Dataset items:
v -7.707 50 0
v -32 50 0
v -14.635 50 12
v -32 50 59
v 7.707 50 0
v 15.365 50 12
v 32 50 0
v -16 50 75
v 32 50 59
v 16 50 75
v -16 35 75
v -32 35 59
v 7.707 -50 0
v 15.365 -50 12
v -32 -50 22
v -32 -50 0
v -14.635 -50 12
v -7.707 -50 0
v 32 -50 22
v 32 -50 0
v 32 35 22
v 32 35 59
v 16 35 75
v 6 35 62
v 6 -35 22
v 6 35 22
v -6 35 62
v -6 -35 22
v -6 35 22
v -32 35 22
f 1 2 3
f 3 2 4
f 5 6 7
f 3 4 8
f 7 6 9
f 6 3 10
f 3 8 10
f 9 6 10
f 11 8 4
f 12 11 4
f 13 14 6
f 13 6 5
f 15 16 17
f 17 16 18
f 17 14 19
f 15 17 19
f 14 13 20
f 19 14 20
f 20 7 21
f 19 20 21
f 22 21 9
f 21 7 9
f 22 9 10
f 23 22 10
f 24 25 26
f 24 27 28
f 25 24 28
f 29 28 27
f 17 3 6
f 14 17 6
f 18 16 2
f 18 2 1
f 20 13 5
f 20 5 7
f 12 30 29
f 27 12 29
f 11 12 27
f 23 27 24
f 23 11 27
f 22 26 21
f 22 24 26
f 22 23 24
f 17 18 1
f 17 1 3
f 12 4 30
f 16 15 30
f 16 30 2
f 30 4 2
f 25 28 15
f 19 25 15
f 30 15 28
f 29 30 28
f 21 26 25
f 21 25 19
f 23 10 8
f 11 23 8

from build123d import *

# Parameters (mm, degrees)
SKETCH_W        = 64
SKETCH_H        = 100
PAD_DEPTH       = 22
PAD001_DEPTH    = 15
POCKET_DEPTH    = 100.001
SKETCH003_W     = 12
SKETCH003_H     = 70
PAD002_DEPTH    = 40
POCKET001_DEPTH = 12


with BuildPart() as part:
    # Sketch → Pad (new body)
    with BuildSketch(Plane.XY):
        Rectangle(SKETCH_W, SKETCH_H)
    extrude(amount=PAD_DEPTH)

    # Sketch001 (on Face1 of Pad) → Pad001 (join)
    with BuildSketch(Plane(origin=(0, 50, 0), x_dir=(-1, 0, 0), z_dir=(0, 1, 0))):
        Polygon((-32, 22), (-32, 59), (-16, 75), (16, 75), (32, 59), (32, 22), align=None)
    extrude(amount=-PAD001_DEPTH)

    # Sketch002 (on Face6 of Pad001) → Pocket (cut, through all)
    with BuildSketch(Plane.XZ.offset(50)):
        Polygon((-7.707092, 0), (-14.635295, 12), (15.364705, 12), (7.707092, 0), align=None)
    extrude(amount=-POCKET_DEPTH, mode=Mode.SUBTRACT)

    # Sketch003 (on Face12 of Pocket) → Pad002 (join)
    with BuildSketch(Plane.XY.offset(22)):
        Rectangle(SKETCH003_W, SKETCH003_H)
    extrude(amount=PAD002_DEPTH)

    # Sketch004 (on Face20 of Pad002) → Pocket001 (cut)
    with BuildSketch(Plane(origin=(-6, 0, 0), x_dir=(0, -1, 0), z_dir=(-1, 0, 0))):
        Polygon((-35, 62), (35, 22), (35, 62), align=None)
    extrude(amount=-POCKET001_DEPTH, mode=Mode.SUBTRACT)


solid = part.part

...

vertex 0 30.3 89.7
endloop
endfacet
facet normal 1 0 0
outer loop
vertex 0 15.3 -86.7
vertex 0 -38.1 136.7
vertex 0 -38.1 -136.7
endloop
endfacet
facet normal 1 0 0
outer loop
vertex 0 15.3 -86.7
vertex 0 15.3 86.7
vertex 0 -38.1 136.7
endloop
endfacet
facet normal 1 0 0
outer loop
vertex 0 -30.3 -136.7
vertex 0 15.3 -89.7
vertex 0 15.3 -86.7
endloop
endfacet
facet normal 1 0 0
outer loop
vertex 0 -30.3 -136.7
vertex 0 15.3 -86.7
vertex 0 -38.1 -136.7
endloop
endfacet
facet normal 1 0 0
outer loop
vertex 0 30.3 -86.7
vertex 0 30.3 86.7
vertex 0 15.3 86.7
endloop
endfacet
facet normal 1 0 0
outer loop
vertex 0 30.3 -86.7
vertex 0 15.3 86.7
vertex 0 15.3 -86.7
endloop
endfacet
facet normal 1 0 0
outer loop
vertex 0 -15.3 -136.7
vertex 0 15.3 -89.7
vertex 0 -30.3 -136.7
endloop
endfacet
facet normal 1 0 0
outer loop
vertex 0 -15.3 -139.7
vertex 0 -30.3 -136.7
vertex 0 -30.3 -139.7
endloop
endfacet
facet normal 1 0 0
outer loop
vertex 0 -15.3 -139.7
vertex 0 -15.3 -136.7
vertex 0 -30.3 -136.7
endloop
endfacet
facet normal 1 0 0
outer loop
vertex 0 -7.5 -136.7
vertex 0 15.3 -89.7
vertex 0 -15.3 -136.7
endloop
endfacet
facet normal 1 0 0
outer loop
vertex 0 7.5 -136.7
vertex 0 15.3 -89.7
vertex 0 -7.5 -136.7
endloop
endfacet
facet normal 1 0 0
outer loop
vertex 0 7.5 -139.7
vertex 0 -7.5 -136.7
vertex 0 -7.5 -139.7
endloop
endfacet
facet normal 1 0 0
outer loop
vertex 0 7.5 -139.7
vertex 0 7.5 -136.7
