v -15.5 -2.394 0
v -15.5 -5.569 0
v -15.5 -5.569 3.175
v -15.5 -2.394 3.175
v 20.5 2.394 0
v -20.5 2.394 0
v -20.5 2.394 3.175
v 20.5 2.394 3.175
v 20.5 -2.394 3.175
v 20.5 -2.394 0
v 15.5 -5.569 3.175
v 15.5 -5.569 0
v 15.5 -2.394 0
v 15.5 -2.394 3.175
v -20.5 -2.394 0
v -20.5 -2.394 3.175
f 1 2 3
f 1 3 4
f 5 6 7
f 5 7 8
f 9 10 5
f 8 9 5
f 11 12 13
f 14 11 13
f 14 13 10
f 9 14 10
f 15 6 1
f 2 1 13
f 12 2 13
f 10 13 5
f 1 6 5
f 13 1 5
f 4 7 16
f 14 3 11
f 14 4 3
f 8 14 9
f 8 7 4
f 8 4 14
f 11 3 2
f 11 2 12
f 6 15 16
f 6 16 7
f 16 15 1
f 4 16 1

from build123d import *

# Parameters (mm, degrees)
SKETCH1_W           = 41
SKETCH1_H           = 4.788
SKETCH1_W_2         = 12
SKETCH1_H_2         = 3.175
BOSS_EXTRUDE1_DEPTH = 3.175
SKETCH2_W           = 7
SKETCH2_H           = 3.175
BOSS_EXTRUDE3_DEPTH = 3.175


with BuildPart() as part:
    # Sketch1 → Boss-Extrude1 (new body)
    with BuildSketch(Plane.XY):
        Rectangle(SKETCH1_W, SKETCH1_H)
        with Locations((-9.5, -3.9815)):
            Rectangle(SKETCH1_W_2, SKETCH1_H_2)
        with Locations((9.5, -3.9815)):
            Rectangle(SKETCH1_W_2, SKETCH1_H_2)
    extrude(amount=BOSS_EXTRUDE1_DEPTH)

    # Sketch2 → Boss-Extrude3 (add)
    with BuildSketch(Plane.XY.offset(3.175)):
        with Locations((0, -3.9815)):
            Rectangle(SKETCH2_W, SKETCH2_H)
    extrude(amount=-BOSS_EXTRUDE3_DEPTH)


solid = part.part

---

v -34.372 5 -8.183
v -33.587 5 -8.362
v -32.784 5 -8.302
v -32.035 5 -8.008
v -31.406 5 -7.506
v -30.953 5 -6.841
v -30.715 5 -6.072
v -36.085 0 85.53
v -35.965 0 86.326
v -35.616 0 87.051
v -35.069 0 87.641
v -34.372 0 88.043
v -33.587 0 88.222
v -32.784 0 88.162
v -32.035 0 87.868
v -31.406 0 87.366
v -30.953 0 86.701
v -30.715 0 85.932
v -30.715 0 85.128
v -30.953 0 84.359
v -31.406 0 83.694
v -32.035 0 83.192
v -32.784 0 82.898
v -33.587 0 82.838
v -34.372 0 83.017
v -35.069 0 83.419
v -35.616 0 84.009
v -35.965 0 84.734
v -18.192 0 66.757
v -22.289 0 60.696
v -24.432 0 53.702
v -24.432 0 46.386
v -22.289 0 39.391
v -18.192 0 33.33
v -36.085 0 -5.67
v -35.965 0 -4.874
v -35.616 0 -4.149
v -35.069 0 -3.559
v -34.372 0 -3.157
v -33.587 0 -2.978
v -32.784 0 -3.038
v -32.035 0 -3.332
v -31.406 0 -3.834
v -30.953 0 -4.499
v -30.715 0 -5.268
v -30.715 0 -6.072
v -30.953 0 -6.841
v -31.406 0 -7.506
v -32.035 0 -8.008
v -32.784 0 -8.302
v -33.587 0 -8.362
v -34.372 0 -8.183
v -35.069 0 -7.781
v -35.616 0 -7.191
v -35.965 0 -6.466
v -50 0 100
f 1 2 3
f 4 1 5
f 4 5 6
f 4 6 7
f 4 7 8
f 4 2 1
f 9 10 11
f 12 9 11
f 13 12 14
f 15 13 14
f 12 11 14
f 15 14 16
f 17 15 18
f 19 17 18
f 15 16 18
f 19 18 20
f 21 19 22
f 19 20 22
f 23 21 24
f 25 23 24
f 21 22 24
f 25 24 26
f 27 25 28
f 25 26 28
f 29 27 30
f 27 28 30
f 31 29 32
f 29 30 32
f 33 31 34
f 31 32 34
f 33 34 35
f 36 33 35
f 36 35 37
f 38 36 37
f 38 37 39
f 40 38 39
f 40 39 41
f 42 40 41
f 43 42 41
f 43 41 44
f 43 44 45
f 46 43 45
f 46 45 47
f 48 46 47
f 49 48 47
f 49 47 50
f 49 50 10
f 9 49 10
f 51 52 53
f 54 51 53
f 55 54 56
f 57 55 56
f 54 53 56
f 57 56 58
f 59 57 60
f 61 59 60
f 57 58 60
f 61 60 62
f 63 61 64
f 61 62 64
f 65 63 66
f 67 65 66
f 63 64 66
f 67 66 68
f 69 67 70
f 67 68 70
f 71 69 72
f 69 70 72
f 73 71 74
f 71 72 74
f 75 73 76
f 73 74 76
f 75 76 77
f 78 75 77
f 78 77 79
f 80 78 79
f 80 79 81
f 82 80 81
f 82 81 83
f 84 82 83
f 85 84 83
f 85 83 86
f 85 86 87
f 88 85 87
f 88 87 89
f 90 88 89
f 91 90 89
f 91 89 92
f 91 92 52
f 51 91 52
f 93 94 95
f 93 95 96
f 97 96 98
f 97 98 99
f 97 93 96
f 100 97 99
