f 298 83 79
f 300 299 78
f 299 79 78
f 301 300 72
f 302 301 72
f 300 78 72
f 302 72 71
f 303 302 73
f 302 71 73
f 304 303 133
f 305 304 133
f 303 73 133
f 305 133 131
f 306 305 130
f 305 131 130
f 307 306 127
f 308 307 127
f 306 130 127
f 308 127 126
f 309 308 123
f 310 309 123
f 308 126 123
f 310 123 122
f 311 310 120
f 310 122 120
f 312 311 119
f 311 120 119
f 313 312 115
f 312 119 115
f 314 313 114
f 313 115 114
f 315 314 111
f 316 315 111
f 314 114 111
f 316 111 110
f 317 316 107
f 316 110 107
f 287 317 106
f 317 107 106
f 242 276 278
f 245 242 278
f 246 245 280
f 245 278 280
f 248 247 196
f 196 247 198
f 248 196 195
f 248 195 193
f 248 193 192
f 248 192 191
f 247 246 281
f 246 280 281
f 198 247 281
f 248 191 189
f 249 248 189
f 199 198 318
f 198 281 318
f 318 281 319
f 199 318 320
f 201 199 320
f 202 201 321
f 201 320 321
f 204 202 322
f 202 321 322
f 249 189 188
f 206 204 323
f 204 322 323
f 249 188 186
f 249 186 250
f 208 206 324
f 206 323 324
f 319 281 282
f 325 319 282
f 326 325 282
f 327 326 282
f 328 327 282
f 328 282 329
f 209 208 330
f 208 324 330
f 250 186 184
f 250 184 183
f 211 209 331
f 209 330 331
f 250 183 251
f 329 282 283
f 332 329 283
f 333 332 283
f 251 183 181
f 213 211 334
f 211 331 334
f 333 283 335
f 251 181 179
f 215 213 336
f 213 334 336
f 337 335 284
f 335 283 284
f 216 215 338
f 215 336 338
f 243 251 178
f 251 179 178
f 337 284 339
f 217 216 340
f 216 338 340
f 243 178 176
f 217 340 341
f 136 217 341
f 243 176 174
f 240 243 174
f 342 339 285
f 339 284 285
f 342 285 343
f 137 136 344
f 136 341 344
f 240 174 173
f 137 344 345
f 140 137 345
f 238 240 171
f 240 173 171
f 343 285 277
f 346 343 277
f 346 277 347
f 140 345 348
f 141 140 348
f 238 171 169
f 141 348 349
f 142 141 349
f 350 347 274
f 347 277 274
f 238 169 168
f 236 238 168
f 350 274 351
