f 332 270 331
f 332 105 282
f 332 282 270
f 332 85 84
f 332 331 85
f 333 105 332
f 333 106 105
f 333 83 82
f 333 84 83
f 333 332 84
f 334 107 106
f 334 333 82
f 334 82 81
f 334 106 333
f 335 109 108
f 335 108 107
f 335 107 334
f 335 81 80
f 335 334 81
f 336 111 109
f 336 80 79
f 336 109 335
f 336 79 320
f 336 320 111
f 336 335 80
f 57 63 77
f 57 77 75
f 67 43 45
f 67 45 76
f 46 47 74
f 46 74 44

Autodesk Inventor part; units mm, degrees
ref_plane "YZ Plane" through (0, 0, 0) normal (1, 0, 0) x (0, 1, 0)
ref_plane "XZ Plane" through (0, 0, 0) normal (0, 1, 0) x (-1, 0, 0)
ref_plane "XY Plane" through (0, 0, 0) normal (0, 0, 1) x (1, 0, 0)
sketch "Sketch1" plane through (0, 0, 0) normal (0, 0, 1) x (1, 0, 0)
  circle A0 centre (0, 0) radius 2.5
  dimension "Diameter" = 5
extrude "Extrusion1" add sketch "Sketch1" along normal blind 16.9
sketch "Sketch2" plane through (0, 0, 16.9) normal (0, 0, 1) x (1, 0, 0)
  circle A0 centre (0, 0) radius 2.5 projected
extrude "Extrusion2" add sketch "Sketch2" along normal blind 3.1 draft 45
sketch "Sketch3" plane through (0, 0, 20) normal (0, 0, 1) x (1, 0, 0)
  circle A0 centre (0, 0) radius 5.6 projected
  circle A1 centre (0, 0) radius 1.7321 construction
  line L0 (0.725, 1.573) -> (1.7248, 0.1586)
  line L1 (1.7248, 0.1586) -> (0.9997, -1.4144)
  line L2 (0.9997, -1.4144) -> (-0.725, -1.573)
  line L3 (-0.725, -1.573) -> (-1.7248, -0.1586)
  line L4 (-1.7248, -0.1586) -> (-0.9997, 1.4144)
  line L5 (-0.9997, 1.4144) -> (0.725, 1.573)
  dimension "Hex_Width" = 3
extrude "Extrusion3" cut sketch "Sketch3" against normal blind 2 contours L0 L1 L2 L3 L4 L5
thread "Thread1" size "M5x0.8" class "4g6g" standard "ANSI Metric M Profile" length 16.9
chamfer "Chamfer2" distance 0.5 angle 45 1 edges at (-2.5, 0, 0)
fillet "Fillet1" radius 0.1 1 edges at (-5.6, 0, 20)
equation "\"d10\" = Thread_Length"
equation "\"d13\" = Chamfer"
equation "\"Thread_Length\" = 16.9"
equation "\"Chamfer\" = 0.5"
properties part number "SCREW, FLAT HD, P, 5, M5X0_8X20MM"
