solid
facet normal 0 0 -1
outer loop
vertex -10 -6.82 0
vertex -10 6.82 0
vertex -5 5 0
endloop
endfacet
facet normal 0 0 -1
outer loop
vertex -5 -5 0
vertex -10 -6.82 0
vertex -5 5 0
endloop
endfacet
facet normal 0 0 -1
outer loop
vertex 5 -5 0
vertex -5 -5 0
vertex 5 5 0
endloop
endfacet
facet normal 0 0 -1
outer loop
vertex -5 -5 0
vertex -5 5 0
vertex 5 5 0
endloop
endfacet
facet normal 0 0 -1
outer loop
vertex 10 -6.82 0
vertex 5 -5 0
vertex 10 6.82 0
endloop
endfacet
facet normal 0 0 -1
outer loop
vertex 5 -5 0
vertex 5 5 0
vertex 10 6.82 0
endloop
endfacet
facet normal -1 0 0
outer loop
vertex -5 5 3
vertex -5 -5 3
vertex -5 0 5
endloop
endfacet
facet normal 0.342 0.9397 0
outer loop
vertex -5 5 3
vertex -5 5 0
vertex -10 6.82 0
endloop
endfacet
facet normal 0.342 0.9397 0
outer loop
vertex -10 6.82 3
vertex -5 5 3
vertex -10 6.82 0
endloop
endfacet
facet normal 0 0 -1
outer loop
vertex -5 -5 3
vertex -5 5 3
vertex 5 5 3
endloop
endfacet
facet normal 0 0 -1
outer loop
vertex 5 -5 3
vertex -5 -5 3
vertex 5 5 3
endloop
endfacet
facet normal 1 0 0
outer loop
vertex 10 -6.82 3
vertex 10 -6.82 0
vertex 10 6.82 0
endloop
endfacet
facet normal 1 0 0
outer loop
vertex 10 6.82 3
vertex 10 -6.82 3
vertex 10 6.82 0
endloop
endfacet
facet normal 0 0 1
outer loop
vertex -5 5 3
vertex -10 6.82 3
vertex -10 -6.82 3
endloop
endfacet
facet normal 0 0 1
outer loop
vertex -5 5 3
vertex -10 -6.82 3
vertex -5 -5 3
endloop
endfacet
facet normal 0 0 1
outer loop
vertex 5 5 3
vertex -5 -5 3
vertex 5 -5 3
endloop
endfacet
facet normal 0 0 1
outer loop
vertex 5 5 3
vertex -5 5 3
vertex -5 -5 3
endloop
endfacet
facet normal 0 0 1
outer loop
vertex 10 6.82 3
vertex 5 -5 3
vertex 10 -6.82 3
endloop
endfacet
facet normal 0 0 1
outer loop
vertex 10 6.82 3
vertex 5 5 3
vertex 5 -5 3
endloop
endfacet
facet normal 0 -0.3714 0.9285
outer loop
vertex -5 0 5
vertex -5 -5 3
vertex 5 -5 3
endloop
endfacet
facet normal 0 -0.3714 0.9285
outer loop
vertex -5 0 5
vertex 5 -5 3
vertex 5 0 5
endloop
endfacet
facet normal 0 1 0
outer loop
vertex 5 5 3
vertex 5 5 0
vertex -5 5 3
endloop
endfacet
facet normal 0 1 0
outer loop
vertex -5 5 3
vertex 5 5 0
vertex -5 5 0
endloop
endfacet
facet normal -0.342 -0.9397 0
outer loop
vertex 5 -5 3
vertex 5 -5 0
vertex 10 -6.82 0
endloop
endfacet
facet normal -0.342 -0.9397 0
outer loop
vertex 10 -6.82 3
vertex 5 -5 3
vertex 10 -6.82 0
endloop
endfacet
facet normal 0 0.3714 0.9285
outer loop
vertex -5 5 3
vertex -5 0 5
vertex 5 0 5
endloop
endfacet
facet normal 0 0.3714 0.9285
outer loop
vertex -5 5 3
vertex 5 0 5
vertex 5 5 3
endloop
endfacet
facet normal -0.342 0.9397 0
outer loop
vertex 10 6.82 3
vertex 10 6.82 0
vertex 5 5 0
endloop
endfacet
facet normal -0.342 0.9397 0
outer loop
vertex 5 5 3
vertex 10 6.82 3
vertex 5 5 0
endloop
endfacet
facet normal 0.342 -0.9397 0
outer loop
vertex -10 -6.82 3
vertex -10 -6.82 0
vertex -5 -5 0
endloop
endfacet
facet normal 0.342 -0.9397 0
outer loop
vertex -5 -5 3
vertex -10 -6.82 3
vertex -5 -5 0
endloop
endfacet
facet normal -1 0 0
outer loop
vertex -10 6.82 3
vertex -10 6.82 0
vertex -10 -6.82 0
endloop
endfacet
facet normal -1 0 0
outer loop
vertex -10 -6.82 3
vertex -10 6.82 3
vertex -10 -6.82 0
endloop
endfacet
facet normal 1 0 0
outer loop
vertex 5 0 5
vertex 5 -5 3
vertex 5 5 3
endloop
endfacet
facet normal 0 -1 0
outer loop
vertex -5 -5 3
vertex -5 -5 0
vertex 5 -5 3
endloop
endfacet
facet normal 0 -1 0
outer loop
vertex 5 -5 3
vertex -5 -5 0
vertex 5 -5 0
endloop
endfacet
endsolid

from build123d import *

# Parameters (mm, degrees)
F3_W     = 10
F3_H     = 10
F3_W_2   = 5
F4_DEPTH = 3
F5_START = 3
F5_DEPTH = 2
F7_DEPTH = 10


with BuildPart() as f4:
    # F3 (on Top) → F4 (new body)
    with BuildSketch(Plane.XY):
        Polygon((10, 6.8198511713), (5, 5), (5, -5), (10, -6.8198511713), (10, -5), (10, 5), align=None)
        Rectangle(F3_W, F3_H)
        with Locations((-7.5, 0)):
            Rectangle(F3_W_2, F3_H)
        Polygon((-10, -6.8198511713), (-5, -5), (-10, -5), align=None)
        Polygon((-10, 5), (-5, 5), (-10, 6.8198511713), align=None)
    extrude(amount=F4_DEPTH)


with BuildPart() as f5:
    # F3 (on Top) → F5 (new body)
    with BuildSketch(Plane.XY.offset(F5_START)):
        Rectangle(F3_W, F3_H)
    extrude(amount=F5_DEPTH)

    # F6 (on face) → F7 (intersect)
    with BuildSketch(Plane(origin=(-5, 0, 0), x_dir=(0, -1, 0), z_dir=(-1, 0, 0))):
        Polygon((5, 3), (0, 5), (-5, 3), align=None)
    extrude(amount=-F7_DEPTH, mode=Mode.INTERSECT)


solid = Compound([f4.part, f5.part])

_Directions for this task_:
Only one stretch of the records above is wanted: the lines between the one holding "v -33.587 0 -8.362" and the one holding "f 302 301 72", inclusive, reproduced exactly.

_The completed task_:
v -33.587 0 -8.362
v -34.372 0 -8.183
v -35.069 0 -7.781
v -35.616 0 -7.191
v -35.965 0 -6.466
v -50 0 100
f 1 2 3
f 4 1 5
f 4 5 6
f 4 6 7
f 4 7 8
f 4 2 1
f 9 10 11
f 12 9 11
f 13 12 14
f 15 13 14
f 12 11 14
f 15 14 16
f 17 15 18
f 19 17 18
f 15 16 18
f 19 18 20
f 21 19 22
f 19 20 22
f 23 21 24
f 25 23 24
f 21 22 24
f 25 24 26
f 27 25 28
f 25 26 28
f 29 27 30
f 27 28 30
f 31 29 32
f 29 30 32
f 33 31 34
f 31 32 34
f 33 34 35
f 36 33 35
f 36 35 37
f 38 36 37
f 38 37 39
f 40 38 39
f 40 39 41
f 42 40 41
f 43 42 41
f 43 41 44
f 43 44 45
f 46 43 45
f 46 45 47
f 48 46 47
f 49 48 47
f 49 47 50
f 49 50 10
f 9 49 10
f 51 52 53
f 54 51 53
f 55 54 56
f 57 55 56
f 54 53 56
f 57 56 58
f 59 57 60
f 61 59 60
f 57 58 60
f 61 60 62
f 63 61 64
f 61 62 64
f 65 63 66
f 67 65 66
f 63 64 66
f 67 66 68
f 69 67 70
f 67 68 70
f 71 69 72
f 69 70 72
f 73 71 74
f 71 72 74
f 75 73 76
f 73 74 76
f 75 76 77
f 78 75 77
f 78 77 79
f 80 78 79
f 80 79 81
f 82 80 81
f 82 81 83
f 84 82 83
f 85 84 83
f 85 83 86
f 85 86 87
f 88 85 87
f 88 87 89
f 90 88 89
f 91 90 89
f 91 89 92
f 91 92 52
f 51 91 52
f 93 94 95
f 93 95 96
f 97 96 98
f 97 98 99
f 97 93 96
f 100 97 99
f 298 83 79
f 300 299 78
f 299 79 78
f 301 300 72
f 302 301 72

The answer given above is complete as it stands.